Hemoglobin in the blood absorbs green light, so each time the heart pumps blood through the face, the webcam registers a little dip in the amount of green light hitting its sensor. The changes are invisible to the human eye, but they are easy for a machine to detect because the skin on the face is unusually thin and the blood vessels are unusually close to the surface.

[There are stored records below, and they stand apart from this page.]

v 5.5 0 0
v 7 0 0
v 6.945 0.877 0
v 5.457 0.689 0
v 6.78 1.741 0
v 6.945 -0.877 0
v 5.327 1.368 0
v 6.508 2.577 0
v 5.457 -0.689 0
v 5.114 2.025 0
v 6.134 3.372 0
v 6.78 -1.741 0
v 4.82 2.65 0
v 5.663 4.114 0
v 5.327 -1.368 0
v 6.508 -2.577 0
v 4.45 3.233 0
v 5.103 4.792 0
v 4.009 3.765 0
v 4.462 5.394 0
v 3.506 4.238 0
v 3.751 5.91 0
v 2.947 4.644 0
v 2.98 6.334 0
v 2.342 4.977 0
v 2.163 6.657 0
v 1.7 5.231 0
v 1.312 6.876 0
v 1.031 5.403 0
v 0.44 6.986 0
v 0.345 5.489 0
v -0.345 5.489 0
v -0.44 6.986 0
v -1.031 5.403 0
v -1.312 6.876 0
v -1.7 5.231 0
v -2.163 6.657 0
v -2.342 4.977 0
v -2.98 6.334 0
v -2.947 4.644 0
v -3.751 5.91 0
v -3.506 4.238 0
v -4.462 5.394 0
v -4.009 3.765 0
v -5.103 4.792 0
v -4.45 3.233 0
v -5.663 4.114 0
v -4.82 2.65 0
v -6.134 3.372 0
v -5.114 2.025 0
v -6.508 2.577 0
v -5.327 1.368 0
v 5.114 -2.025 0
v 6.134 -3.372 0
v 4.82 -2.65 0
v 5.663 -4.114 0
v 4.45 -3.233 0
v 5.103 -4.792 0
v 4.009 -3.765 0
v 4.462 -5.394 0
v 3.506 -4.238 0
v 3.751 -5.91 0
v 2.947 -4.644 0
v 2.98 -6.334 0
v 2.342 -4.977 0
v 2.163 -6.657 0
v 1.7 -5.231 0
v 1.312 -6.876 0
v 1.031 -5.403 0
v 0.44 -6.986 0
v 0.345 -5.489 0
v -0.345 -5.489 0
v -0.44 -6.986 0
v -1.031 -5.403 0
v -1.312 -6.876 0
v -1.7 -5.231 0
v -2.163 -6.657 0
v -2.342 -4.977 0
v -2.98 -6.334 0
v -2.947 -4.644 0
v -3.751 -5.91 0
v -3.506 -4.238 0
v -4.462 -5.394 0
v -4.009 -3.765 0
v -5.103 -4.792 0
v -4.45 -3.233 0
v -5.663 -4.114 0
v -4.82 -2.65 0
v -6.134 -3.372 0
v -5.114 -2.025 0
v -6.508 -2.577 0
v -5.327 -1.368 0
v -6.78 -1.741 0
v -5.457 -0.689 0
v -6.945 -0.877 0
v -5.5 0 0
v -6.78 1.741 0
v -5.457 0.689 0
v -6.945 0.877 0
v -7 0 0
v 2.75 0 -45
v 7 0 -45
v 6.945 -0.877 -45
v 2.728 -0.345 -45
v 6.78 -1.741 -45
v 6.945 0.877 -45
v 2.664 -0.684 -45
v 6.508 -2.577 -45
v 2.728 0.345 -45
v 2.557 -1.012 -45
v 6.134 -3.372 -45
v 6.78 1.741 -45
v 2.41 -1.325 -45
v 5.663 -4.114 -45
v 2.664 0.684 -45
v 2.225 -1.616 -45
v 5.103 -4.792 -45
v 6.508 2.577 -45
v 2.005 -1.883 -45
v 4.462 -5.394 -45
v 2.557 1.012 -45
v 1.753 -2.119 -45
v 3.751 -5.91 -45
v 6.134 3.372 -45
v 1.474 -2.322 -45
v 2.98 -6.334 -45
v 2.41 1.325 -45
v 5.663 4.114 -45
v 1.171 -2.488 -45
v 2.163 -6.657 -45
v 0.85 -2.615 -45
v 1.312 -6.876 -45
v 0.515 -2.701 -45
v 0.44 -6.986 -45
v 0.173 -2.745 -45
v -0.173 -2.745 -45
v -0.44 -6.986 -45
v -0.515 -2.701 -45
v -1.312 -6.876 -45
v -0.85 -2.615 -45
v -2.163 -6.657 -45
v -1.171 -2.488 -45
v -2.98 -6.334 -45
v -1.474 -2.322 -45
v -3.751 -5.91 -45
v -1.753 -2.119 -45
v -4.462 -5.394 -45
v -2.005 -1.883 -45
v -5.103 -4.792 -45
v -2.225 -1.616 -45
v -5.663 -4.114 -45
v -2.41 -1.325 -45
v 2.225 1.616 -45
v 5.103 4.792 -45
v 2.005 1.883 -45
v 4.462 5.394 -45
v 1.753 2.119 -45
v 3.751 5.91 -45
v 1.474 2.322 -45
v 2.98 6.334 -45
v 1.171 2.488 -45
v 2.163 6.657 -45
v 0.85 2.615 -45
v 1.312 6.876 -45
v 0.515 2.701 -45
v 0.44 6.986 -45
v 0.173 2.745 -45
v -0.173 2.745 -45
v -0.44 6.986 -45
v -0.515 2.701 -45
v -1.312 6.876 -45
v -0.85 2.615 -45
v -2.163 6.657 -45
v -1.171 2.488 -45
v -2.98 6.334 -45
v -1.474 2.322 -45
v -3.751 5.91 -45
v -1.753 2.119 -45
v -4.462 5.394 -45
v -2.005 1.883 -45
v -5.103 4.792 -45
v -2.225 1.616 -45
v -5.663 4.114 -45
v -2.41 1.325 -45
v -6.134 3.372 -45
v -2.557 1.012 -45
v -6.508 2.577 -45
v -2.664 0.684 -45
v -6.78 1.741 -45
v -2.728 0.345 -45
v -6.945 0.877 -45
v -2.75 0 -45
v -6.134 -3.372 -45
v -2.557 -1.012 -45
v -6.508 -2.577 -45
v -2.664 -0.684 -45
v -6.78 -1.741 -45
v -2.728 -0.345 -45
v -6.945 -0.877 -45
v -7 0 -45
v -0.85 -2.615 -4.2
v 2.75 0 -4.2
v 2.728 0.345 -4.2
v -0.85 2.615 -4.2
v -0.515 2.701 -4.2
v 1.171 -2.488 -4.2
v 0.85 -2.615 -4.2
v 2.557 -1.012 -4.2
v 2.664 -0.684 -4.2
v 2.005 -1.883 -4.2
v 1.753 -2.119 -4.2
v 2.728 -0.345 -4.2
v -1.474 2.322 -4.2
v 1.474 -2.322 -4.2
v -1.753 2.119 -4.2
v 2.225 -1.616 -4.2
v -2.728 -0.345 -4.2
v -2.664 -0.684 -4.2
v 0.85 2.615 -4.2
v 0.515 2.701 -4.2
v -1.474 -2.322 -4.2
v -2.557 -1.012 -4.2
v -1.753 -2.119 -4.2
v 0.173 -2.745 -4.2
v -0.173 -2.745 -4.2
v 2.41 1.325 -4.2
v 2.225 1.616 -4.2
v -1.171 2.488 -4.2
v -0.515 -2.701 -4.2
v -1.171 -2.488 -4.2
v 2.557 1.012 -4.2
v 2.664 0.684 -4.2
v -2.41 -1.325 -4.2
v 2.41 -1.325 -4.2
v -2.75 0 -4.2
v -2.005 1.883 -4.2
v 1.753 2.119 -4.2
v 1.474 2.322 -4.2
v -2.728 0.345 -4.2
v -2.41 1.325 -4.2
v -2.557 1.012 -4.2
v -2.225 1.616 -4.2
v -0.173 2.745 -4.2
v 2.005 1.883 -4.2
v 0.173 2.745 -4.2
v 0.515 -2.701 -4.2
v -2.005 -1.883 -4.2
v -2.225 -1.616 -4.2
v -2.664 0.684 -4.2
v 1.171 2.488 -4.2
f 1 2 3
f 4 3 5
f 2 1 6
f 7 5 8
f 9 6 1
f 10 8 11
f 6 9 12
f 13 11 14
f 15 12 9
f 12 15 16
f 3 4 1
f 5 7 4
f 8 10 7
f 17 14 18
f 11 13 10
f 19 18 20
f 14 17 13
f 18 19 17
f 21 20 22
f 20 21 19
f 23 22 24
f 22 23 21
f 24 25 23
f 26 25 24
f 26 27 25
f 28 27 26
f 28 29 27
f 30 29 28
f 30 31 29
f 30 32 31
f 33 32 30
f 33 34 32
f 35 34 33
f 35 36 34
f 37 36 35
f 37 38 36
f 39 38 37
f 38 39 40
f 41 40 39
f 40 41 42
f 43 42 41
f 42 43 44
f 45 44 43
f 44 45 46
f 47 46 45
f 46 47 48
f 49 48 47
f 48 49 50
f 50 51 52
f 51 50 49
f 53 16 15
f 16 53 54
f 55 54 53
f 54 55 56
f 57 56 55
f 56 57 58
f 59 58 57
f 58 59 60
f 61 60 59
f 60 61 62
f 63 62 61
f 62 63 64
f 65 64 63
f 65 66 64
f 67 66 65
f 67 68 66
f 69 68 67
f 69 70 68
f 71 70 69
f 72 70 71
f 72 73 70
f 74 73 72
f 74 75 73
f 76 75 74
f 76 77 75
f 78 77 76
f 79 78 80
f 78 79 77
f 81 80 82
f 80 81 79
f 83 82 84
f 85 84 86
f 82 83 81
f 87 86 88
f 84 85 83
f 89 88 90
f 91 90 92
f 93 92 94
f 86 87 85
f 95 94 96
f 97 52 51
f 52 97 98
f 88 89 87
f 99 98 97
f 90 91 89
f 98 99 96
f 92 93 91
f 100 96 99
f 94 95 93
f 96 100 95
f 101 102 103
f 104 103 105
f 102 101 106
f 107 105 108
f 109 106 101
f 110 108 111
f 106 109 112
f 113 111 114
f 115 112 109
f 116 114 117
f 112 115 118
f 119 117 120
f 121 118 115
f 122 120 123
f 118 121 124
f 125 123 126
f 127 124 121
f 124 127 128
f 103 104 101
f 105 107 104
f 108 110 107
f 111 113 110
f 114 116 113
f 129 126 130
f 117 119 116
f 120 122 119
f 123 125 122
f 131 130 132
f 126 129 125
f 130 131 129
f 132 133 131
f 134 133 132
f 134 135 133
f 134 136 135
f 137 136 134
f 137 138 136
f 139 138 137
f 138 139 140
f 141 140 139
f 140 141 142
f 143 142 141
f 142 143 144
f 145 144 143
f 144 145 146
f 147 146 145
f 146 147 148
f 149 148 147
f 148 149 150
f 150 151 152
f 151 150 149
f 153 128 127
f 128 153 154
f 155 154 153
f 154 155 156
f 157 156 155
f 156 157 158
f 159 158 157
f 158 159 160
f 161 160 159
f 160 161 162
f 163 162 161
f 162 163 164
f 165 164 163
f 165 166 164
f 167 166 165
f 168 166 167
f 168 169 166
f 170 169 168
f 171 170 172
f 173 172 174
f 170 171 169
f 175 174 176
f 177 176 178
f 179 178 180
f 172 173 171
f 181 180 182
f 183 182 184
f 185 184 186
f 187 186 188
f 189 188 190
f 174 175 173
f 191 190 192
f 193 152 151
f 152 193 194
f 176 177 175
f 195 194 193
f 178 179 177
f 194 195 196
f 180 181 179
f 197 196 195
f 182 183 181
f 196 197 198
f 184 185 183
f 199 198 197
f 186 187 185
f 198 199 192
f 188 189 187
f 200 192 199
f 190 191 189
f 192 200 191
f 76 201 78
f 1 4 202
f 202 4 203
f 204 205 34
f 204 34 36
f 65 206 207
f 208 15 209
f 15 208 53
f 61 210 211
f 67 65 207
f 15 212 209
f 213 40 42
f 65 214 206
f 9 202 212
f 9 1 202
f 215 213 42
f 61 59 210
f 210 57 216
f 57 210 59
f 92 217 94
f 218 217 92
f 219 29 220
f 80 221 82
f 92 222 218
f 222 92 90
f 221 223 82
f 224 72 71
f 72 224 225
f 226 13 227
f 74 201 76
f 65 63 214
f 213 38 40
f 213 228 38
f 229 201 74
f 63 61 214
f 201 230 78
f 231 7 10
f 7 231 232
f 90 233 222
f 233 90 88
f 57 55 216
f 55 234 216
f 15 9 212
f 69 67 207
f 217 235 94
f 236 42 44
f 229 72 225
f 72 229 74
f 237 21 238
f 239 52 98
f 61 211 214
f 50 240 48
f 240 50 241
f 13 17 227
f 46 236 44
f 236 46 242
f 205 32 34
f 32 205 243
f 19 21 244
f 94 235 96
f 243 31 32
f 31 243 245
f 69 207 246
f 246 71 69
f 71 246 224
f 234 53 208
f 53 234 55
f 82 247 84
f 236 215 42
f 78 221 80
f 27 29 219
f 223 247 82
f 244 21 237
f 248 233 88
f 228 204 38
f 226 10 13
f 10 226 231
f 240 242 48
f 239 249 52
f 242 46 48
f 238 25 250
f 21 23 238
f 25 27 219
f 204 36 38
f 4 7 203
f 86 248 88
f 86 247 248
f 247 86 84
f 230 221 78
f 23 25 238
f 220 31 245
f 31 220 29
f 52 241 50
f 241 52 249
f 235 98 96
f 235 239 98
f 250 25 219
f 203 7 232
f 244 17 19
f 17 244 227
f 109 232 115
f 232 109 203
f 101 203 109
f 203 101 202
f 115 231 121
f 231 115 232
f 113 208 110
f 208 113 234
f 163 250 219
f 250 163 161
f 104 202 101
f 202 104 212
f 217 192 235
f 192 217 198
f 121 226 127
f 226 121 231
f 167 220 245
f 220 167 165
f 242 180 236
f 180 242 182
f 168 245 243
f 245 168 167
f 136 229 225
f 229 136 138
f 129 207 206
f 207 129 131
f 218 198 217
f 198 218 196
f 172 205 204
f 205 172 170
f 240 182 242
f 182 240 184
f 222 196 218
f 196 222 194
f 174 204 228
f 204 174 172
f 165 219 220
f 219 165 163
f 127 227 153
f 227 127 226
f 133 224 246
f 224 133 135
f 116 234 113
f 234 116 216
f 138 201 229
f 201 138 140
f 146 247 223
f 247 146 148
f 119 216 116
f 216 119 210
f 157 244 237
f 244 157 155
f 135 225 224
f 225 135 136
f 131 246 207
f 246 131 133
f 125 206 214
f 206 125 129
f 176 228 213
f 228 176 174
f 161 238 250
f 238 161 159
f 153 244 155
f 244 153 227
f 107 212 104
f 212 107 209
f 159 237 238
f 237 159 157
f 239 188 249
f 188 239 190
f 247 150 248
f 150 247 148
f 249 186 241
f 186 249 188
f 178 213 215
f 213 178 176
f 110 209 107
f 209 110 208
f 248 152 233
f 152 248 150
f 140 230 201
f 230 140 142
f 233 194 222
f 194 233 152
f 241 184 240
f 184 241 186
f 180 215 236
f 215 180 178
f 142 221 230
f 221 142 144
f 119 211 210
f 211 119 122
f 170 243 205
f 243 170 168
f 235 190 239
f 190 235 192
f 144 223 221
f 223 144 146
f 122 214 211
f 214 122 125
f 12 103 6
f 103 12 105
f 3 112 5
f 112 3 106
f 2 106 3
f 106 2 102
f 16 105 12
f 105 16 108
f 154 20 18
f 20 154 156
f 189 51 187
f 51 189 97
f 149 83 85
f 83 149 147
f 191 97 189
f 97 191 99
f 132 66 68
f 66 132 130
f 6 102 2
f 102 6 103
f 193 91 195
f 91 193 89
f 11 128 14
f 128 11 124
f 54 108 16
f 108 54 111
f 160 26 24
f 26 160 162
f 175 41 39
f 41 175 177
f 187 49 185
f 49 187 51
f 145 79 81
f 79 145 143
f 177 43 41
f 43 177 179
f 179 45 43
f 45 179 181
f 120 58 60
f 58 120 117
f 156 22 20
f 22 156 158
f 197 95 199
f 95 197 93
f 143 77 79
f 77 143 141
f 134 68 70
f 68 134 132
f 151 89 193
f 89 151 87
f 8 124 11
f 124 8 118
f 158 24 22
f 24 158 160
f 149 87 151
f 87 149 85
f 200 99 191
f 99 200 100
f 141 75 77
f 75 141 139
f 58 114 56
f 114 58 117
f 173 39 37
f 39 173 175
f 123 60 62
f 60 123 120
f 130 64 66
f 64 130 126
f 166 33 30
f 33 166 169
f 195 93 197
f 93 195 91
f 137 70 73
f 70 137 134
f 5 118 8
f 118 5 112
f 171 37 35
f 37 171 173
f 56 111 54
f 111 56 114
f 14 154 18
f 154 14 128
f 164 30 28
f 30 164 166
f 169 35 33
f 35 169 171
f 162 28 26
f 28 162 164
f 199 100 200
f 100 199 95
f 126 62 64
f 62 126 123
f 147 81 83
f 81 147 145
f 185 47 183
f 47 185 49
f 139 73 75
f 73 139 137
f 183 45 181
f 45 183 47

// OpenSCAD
$fn = 50;


difference() {
	union() {
		translate(v = [0, 0, -45.0000000000]) {
			cylinder(h = 45, r = 7.0000000000);
		}
		cylinder(h = 0, r = 10.0000000000);
	}
	union() {
		translate(v = [0, 0, 0]) {
			rotate(a = [0, 0, 0]) {
				difference() {
					union() {
						#translate(v = [0, 0, -45.0000000000]) {
							cylinder(h = 45, r = 2.2500000000);
						}
						#translate(v = [0, 0, -4.2000000000]) {
							cylinder(h = 4.2000000000, r = 7.0000000000, r1 = 2.7500000000, r2 = 5.5000000000);
						}
						#translate(v = [0, 0, -45.0000000000]) {
							cylinder(h = 45, r = 2.7500000000);
						}
						#translate(v = [0, 0, -45.0000000000]) {
							cylinder(h = 45, r = 2.2500000000);
						}
					}
					union();
				}
			}
		}
	}
}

If further trials confirm the accuracy of the new test, it offers several potential advantages over current methods for diagnosing AF. Webcams obviously cost far less than ECGs, so the new test would be cheaper. It would also be considerably faster. Patients simply look into a camera for 15 seconds and the system produces results a few seconds after that.

Ease-of-use may actually be the biggest advantage of the new system, which was developed through a partnership between Xerox Corp. and the University of Rochester’s School of Medicine and Dentistry. AF, in its earliest stages, tends to come and go, often without producing any symptoms that send patients to the doctor. Even if patients feel bad enough to seek treatment, their heart rates have often returned to normal by then, so their condition goes undiscovered.

Overall, studies estimate, about 30% of all the people with AF at any given time have yet to be diagnosed.

Patients who have been taught to monitor their own pulse can diagnose themselves at home, but few ever master the technique. An easy-but-accurate home test, one that might even run automatically in the background while people read email, could thus speed the detection and treatment of AF and improve patient outcomes.